Washington, D.C. – Senate Majority Leader Chuck Schumer (D-NY) today spoke on the Senate floor regarding the ouster of Representative Liz Cheney from the House Republican party leadership. Below are Senator Schumer’s remarks which can also be viewed here:
I’m not in the habit of commenting on the House Republican minority, but today, they have reached a new and very dangerous low point.
Earlier this morning, the House GOP ousted Rep. Liz Cheney from the party’s leadership.
Her crime? Telling the truth. Telling the truth that Joe Biden is the legitimate president of the United States, and that Donald Trump is lying when he says the election was stolen.
Congresswoman Cheney spoke truth to power, and for that, she’s been fired.
Make no mistake: the Congresswoman and I disagree on so many policy issues. But we both agree that truth matters. And she, like so many characters in history—I am thinking of Sir Thomas Moore—had the courage to tell the truth and paid a big price for it.
So this is sad. A very dark moment for the Republican Party. Republicans are seeking to perpetuate and act upon the big lie that the election was stolen, simply to placate the most dishonest president in American history.
This president lies at will. He doesn't care of the consequences for the future of our grand, great, and wonderful democracy. He only cares about himself and feeding his ego, and truth has nothing to do with that.
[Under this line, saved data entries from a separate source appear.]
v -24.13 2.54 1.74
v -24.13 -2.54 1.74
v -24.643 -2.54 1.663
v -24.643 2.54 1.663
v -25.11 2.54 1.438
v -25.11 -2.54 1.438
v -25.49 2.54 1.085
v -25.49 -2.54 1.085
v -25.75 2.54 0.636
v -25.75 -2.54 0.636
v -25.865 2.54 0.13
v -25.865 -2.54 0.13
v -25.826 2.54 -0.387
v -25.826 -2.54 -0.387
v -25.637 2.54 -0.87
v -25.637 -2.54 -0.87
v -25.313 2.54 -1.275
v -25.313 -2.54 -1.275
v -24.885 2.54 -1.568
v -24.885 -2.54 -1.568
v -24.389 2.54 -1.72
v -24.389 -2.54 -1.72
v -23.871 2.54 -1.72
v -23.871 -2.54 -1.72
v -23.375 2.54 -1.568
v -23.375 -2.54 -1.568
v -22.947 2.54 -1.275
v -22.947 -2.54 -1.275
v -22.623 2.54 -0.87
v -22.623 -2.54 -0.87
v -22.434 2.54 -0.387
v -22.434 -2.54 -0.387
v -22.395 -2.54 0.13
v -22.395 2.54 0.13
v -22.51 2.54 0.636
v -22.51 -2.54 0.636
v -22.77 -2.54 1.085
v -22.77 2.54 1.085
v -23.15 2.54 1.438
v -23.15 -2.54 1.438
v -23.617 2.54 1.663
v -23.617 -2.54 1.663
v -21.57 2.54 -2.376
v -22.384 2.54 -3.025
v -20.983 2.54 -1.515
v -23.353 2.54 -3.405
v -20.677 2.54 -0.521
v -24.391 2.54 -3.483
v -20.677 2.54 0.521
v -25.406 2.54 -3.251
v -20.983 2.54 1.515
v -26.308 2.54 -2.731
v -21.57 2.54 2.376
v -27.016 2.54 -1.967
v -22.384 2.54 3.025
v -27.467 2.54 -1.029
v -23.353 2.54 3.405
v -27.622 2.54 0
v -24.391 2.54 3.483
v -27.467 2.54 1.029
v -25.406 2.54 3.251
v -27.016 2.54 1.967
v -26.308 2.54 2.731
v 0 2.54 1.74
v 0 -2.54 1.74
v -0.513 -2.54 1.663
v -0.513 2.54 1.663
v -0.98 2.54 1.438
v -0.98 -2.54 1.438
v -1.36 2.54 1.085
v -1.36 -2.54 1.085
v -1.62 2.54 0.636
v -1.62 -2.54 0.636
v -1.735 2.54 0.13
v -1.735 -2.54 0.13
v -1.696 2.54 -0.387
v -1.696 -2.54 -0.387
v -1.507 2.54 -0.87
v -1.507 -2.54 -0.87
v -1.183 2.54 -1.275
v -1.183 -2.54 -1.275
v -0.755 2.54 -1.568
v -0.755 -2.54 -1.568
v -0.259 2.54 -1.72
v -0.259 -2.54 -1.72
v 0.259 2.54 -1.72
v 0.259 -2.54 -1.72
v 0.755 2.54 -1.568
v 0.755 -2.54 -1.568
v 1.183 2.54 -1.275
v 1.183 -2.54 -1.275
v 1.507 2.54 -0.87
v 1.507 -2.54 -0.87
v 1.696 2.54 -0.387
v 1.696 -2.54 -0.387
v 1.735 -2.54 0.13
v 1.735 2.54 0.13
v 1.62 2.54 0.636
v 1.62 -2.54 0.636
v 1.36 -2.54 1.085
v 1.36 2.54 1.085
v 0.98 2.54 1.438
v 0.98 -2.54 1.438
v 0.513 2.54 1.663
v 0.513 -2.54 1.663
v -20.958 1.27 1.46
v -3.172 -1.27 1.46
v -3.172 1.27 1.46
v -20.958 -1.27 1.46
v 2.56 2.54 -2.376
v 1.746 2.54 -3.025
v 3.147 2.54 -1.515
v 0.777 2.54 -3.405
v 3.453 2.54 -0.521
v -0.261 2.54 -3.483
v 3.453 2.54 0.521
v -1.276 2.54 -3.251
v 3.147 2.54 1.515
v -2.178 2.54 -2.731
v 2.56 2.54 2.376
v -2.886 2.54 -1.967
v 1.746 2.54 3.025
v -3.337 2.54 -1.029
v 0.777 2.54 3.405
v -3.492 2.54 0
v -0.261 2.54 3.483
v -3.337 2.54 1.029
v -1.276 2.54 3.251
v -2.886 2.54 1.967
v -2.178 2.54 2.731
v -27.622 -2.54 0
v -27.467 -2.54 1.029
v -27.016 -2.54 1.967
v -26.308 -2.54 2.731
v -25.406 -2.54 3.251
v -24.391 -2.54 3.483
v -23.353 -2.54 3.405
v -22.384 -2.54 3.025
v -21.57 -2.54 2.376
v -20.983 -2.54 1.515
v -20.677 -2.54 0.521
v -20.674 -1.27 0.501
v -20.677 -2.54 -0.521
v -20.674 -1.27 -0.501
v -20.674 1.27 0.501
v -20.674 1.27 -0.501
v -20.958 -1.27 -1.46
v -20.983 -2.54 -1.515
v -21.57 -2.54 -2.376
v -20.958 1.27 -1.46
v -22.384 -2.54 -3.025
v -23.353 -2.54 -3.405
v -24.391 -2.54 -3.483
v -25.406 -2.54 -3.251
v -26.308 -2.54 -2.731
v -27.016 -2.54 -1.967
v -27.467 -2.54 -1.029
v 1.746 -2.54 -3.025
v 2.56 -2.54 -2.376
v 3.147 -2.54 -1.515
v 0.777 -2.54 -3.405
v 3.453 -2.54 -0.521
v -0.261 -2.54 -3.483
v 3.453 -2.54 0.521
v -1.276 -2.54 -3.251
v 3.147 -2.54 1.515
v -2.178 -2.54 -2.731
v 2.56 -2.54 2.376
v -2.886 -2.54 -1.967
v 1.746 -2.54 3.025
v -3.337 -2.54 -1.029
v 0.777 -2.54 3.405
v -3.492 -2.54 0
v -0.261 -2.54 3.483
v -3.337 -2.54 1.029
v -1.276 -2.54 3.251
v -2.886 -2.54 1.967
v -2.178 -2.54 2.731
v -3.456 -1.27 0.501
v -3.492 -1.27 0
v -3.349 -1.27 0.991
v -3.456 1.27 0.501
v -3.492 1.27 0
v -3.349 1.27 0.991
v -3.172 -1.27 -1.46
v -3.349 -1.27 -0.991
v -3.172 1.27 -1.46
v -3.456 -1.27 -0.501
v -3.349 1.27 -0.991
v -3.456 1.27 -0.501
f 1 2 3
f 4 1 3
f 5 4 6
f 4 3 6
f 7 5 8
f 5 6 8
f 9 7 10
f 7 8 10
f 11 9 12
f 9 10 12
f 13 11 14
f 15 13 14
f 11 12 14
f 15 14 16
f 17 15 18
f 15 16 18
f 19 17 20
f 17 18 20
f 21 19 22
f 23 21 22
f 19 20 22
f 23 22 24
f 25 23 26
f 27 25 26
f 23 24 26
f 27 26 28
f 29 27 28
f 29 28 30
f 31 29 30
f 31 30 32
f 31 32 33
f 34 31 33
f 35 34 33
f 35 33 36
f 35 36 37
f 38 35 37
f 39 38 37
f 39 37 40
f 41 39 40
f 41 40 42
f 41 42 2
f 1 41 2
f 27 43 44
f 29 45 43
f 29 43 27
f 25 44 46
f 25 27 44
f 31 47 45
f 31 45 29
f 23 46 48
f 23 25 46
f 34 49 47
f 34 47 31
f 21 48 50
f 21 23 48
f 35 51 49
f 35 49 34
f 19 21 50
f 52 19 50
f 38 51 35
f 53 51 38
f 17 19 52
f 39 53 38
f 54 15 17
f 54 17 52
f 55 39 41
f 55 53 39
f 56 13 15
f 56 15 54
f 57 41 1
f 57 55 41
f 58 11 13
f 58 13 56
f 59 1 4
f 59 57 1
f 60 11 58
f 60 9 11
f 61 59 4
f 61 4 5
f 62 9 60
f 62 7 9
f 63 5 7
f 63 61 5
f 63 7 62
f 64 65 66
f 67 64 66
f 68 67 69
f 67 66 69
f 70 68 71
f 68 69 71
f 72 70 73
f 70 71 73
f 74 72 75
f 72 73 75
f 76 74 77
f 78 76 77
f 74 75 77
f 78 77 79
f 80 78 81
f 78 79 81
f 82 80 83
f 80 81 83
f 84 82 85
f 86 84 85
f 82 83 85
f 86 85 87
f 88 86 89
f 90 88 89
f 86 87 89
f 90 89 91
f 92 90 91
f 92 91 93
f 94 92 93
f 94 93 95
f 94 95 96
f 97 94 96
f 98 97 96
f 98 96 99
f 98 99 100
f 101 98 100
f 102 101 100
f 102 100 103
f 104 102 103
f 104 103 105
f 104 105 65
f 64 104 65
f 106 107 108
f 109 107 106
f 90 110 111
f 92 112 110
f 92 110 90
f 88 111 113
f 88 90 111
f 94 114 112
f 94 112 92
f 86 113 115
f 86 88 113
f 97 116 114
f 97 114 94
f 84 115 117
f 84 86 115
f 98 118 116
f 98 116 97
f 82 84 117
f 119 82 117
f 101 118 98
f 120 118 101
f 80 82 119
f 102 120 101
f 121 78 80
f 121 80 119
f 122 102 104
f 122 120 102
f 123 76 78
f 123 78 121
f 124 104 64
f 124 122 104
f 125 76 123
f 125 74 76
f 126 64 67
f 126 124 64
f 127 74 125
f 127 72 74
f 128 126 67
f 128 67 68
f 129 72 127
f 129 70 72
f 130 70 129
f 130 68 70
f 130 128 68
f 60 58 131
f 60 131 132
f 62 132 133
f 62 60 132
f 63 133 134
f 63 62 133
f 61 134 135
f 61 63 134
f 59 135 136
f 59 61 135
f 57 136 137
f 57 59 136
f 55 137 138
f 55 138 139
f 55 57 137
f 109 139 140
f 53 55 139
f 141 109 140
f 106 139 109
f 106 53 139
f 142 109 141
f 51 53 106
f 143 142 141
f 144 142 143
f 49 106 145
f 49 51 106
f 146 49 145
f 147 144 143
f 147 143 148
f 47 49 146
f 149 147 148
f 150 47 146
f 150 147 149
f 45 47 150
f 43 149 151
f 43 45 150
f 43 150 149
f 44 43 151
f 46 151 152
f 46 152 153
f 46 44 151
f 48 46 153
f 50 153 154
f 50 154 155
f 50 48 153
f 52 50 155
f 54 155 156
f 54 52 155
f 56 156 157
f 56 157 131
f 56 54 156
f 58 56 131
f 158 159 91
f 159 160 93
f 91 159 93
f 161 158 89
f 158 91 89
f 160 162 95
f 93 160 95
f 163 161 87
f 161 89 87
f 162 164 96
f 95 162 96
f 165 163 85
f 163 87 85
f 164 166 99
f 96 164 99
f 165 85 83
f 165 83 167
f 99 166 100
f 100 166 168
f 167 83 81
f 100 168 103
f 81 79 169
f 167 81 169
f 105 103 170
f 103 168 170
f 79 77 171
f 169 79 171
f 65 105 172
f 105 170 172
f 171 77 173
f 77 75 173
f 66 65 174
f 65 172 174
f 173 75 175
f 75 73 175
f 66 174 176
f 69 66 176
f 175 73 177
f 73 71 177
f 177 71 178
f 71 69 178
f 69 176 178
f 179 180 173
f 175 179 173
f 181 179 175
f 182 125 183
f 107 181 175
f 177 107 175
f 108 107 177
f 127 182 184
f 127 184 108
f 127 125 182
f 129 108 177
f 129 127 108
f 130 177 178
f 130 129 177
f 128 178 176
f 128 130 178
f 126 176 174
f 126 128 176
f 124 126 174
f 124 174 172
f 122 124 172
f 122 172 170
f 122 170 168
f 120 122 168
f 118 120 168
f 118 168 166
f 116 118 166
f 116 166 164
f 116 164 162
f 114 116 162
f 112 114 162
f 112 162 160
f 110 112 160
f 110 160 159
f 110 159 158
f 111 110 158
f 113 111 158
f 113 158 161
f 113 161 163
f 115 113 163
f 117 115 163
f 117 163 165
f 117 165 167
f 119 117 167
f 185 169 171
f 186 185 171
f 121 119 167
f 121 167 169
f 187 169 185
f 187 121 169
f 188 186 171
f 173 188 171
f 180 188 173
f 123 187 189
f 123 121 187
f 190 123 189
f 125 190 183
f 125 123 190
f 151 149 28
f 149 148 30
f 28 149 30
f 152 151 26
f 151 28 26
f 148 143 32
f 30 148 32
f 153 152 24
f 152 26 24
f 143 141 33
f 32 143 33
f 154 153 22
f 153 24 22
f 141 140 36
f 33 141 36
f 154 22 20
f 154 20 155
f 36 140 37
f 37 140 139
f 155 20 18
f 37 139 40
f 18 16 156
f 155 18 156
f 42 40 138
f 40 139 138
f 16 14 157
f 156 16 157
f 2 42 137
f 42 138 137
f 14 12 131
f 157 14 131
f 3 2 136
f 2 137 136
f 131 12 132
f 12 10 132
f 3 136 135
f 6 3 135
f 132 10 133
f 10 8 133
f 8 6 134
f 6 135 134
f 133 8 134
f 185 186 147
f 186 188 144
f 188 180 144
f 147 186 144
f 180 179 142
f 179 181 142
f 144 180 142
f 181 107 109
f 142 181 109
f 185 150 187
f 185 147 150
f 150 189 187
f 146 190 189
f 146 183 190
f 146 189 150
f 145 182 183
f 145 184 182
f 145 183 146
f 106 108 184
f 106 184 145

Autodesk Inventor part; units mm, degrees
ref_plane "YZ Plane" through (0, 0, 0) normal (1, 0, 0) x (0, 1, 0)
ref_plane "XZ Plane" through (0, 0, 0) normal (0, 1, 0) x (-1, 0, 0)
ref_plane "XY Plane" through (0, 0, 0) normal (0, 0, 1) x (1, 0, 0)
sketch "Sketch1" plane through (0, 0, 0) normal (0, 1, 0) x (-1, 0, 0)
  circle A0 centre (0, 0) radius 3.4925
  circle A1 centre (24.13, 0) radius 3.4925
  line L0 (0, 1.4605) -> (24.13, 1.4605)
  line L1 (24.13, 1.4605) -> (24.13, -1.4605)
  line L2 (24.13, -1.4605) -> (0, -1.4605)
  line L3 (0, -1.4605) -> (0, 1.4605)
  dimension "d0" = 6.985
  dimension "d1" = 2.921
  dimension "d2" = 1.4605
  dimension "d3" = 24.13
  dimension "d4" = 6.985
extrude "Extrusion1" add sketch "Sketch1" along normal mid plane 5.08 contours A0 L2 L3 L0 | L0 L3 L2 A0 | L0 L1 L2 A1 | A1 L2 L1 L0
sketch "Sketch2" plane through (0, 0, 0) normal (0, 1, 0) x (-1, 0, 0)
  circle A0 centre (0, 0) radius 3.4925
  circle A1 centre (24.13, 0) radius 3.4925
  line L0 (0, 1.4605) -> (24.13, 1.4605)
  line L1 (24.13, 1.4605) -> (24.13, -1.4605)
  line L2 (24.13, -1.4605) -> (0, -1.4605)
  line L3 (0, -1.4605) -> (0, 1.4605)
  dimension "d7" = 6.985
  dimension "d8" = 2.921
  dimension "d9" = 1.4605
  dimension "d10" = 24.13
  dimension "d11" = 6.985
extrude "Extrusion2" add sketch "Sketch2" along normal mid plane 2.54 contours A0 L2 L3 L0 | A0 L0 A1 L2 | L0 L1 L2 A1 picked at (1.1642, 0) picked at (22.9658, 0)
hole "Hole1" at (-24.13, 2.54, 0) direction (0, -1, 0) diameter 3.4798 end through all
hole "Hole3" at (0, 2.54, 0) direction (0, -1, 0) diameter 3.4798 end through all
equation "\"d0\" = d4"
equation "\"d2\" = 0.5 * d1"
equation "\"d7\" = d11"
equation "\"d9\" = 0.5 * d8"
properties part number "Crankarm"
What happened matters a great deal, and what the president is trying to do hurts our country dramatically. The former president’s lies—right now are poisoning our democracy, eroding our faith in government, and exciting a plague—often nasty, sometimes racist—of voter suppression laws.
I had thought that January 6th revealed the devastating consequences of the big lie. I thought that the invasion of our Capitol by an armed mob—a mob that sought to delay the peaceful transfer of power, a mob that I was within 15 or 20 feet of at one moment—would demonstrate to all of my colleagues, on both sides of the aisle and both ends of the Capitol, the awful price of Donald Trump’s lies.
But after a brief and all-too-short period of introspection, it appears that the big lie is no longer on the retreat among Republicans but instead is spreading like a cancer.
Far be it for me to tell House Republicans who should lead them, but it is truly a dangerous, dangerous sign of our times that the price of admission in today’s Republican Party is silence in the face of provable lies.